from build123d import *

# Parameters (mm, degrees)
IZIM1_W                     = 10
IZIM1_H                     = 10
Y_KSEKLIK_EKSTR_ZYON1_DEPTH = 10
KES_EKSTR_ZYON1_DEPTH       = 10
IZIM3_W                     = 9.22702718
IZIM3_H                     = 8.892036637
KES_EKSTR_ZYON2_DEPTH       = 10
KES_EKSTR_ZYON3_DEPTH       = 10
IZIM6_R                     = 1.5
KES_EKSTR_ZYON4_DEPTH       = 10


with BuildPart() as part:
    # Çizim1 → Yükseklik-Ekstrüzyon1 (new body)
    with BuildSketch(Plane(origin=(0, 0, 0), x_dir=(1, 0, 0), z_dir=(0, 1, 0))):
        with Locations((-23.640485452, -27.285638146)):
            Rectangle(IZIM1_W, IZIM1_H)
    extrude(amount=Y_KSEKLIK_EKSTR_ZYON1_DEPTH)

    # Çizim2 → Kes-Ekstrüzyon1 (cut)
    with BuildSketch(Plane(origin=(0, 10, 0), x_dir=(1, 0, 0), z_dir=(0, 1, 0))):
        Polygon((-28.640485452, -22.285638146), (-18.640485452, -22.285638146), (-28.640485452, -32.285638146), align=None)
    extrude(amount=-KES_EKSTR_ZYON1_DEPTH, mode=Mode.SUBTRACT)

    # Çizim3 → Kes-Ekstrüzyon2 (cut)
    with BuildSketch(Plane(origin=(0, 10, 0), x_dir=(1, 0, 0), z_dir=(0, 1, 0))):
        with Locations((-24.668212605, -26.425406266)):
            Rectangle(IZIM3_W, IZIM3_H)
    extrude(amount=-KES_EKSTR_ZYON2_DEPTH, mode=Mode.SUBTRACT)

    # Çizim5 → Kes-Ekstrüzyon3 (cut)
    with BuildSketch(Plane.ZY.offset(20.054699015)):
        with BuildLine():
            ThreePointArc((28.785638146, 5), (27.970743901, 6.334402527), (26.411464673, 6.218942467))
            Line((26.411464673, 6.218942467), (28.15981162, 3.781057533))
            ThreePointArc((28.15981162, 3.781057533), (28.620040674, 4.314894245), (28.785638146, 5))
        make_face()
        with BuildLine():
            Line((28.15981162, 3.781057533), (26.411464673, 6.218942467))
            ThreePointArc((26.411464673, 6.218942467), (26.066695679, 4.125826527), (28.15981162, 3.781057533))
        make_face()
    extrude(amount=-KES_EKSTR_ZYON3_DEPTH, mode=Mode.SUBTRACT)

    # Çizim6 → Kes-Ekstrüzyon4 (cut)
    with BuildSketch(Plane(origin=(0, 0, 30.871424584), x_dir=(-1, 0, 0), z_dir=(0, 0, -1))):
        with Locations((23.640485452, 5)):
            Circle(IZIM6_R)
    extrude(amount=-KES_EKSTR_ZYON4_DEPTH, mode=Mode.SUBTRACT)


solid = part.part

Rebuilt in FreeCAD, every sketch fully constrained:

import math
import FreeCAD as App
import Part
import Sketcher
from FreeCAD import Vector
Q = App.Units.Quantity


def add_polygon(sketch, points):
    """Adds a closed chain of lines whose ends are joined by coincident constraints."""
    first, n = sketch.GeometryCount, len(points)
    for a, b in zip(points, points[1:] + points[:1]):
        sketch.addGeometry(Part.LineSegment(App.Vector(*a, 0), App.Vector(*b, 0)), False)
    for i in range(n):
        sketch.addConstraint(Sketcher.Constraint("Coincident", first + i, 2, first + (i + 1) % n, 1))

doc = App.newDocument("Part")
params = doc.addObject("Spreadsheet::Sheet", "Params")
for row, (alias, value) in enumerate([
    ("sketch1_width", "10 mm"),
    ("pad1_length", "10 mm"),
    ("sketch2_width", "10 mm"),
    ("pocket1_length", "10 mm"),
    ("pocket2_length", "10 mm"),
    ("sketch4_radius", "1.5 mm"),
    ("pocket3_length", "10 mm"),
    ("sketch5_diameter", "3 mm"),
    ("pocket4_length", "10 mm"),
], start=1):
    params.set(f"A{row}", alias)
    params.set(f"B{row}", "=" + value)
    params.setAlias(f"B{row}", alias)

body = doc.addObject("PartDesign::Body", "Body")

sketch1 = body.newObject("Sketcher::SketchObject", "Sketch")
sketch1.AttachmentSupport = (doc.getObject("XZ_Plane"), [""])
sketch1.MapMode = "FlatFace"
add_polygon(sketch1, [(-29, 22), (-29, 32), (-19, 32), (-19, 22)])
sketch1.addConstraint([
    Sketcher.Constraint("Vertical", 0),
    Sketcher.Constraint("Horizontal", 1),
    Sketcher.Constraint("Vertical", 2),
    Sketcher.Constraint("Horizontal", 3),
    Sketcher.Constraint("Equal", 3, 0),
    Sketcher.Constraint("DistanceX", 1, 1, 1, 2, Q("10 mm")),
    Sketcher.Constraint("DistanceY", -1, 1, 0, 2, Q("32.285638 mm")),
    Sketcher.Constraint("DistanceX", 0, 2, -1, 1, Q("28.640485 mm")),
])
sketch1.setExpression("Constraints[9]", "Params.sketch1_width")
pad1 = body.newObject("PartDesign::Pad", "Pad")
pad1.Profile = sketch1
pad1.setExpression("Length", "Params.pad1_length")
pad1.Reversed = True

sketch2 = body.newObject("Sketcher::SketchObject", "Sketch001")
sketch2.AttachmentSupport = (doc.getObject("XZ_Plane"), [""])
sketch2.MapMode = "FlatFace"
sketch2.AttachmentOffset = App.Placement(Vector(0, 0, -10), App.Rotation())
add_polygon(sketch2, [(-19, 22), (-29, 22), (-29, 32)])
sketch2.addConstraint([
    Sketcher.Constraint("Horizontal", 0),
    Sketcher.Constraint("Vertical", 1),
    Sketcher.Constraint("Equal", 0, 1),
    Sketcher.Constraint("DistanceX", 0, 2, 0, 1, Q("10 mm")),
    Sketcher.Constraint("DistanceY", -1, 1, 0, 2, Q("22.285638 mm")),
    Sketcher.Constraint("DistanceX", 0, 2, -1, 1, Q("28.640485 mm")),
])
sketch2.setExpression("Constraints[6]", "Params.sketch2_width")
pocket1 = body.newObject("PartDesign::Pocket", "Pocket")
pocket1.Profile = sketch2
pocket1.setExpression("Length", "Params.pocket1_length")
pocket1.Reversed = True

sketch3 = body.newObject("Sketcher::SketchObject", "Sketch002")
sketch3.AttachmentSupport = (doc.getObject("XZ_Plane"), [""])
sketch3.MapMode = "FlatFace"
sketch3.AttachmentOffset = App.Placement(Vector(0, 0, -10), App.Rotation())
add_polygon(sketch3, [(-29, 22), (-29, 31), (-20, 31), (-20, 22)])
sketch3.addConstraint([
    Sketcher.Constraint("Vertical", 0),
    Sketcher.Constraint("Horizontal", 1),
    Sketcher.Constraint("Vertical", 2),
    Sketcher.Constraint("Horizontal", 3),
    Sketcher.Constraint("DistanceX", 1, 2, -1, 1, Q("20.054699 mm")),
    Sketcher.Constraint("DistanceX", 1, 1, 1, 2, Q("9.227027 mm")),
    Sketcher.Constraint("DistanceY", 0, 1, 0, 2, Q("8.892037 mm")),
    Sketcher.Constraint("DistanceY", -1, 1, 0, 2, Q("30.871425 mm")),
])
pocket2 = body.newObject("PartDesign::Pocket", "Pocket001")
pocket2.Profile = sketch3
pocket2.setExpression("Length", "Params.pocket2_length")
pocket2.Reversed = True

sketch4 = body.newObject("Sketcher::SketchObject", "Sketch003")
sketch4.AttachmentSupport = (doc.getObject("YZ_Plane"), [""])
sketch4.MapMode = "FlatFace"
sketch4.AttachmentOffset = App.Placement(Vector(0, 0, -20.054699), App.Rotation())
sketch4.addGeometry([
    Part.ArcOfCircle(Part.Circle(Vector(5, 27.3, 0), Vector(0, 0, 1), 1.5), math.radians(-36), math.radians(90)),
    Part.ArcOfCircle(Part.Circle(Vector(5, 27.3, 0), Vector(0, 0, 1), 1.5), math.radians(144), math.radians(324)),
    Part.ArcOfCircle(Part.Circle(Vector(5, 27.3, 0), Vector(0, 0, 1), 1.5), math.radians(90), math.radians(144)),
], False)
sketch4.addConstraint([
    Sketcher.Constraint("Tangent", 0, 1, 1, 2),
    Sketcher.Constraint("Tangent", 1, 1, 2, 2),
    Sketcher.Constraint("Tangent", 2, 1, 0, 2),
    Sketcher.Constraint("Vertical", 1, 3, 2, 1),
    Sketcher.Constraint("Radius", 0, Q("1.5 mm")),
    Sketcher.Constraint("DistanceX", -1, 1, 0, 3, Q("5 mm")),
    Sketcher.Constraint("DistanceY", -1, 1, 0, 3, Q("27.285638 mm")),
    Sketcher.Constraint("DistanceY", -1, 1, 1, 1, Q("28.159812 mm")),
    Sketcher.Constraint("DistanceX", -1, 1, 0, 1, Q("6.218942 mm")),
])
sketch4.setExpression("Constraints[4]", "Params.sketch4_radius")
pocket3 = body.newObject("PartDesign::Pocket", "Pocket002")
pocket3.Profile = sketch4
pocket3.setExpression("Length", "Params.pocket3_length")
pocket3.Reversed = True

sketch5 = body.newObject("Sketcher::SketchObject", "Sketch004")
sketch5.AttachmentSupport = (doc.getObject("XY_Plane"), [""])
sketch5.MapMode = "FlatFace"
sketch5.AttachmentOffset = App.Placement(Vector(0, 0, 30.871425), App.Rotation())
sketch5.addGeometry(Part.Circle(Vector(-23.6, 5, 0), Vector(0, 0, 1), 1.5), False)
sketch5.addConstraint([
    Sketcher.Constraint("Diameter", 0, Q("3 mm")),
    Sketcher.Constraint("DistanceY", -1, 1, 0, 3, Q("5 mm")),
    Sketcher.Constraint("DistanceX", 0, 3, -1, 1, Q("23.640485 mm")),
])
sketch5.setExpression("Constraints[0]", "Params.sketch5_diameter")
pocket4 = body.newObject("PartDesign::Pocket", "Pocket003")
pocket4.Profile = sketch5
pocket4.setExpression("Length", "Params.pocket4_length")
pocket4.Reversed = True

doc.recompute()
■ ■ ■ ■
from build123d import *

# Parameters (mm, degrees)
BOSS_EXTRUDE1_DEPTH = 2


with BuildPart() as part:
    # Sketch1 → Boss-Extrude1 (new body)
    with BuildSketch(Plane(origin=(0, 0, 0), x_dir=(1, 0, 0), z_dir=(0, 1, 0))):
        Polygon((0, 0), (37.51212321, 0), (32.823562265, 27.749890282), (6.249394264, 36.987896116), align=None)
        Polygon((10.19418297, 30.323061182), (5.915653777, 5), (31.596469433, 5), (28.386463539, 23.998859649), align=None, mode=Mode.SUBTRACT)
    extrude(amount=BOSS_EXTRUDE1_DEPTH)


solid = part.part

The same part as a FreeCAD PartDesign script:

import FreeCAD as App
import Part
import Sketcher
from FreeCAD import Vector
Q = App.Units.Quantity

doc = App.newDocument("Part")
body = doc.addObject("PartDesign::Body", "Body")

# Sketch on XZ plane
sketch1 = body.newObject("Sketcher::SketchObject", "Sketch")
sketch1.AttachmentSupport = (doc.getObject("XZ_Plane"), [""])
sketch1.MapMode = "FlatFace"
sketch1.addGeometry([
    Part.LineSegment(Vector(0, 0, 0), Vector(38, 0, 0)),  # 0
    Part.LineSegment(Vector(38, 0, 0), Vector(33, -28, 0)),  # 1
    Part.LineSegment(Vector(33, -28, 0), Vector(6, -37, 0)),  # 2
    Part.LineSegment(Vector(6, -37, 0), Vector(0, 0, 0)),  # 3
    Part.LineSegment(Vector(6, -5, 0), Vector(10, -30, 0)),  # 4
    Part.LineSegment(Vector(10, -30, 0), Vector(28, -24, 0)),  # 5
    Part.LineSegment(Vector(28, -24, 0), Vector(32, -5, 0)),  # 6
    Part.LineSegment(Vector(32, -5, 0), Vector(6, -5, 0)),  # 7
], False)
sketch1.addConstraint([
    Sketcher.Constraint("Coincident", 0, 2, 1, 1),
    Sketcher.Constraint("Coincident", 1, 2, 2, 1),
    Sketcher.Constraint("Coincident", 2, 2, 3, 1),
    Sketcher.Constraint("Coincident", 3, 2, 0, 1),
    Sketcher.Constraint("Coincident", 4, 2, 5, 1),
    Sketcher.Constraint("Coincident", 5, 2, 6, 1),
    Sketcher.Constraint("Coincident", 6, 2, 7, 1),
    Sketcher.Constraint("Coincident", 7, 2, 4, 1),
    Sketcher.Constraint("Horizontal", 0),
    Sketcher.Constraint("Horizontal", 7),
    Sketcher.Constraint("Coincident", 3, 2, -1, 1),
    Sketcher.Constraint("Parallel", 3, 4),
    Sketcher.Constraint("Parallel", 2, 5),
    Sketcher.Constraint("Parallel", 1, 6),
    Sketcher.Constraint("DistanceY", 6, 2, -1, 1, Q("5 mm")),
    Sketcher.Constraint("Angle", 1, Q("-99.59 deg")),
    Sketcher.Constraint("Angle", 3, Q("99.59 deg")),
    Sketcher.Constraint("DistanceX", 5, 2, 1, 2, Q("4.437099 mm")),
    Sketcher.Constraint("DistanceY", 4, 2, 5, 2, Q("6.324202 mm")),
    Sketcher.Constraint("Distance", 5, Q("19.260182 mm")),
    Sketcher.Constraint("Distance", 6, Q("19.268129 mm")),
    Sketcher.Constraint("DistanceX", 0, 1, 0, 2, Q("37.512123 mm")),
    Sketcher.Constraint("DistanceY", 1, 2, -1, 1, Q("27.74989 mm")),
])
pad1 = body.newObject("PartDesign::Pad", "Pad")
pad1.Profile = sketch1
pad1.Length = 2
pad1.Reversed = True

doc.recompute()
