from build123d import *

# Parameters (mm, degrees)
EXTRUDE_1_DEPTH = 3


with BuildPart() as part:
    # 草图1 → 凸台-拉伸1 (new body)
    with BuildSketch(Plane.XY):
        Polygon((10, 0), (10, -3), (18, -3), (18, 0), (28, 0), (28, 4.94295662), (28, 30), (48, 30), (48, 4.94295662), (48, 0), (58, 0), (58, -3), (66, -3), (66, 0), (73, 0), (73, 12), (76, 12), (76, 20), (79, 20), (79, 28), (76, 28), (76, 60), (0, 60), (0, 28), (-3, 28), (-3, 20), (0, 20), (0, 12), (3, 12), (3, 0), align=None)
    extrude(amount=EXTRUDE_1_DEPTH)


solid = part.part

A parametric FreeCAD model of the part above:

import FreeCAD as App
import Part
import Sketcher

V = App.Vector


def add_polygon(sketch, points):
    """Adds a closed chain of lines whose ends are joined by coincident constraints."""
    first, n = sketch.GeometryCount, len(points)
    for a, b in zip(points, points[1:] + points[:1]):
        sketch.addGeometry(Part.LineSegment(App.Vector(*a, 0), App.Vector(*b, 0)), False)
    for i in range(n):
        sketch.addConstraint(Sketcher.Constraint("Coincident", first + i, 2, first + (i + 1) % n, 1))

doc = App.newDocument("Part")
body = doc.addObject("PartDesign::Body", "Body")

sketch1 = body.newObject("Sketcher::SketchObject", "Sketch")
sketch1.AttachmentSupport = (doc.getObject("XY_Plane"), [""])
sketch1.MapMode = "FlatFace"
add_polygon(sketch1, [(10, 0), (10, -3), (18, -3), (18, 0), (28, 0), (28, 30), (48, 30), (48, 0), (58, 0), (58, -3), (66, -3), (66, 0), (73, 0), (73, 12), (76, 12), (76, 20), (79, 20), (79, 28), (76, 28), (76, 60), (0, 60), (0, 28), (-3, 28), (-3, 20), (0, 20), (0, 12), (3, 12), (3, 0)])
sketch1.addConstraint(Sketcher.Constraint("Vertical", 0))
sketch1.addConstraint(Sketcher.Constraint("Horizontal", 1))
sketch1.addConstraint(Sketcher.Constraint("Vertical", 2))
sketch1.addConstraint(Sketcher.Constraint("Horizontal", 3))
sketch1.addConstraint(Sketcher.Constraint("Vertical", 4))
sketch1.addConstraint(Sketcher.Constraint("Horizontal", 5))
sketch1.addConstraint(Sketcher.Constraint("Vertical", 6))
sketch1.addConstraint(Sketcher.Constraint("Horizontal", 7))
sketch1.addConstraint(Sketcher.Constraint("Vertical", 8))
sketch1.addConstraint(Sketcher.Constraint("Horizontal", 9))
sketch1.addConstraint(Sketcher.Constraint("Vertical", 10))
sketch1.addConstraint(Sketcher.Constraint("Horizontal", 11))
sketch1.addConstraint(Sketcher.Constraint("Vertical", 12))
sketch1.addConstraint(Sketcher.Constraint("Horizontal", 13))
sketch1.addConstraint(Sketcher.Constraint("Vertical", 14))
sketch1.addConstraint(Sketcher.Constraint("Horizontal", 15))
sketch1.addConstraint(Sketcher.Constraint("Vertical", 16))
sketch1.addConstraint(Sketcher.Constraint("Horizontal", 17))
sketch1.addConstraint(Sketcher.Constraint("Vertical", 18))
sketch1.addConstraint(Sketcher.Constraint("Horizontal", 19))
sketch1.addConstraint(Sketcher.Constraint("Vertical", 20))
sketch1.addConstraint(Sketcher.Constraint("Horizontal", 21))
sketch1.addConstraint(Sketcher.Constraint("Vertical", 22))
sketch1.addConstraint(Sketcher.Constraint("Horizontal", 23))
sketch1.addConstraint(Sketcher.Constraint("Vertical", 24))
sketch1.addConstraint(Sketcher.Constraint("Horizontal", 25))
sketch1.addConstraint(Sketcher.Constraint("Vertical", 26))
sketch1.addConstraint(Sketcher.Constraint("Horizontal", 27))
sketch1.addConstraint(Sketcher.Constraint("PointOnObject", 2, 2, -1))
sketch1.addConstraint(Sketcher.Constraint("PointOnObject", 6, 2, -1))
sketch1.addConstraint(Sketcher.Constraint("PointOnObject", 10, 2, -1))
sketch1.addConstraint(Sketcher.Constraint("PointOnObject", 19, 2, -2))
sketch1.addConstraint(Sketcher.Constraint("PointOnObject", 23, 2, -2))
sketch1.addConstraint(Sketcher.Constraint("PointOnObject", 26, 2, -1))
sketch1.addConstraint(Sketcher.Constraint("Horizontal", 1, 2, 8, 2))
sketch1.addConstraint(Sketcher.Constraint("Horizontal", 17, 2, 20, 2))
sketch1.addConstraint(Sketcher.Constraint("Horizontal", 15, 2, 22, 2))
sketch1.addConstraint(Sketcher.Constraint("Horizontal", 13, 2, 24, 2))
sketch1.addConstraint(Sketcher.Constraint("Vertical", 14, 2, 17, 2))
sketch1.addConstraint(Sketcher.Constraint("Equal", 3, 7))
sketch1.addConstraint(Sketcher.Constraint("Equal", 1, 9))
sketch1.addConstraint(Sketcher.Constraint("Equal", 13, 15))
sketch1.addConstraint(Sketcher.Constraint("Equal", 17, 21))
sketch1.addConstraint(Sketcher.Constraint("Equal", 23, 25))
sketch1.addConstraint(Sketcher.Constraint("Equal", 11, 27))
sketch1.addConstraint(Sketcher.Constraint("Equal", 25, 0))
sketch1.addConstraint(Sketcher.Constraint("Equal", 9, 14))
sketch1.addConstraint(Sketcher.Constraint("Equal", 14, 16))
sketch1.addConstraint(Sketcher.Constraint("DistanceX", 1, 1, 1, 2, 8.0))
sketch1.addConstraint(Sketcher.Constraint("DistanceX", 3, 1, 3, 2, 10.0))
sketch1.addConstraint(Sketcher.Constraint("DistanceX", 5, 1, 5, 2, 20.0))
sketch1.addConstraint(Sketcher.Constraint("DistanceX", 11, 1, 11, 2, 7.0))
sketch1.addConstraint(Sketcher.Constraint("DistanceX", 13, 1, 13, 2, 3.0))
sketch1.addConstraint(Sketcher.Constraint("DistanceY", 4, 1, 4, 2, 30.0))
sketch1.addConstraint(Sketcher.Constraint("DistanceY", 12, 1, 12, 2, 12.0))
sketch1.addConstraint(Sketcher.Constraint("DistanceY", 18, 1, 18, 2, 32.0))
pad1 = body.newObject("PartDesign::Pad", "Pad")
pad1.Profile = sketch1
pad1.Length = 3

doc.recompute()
■ ■ ■ ■
▸ **WORK INSTRUCTION**: Output the material above exactly, but only from the line that carries "extrude(amount=-KES_EKSTR_ZYON4_DEPTH, mode=Mode.SUBTRACT)" through the line that carries "Rebuilt in FreeCAD, every".

▸ **RESULT BELOW**:
    extrude(amount=-KES_EKSTR_ZYON4_DEPTH, mode=Mode.SUBTRACT)


solid = part.part

Rebuilt in FreeCAD, every sketch fully constrained:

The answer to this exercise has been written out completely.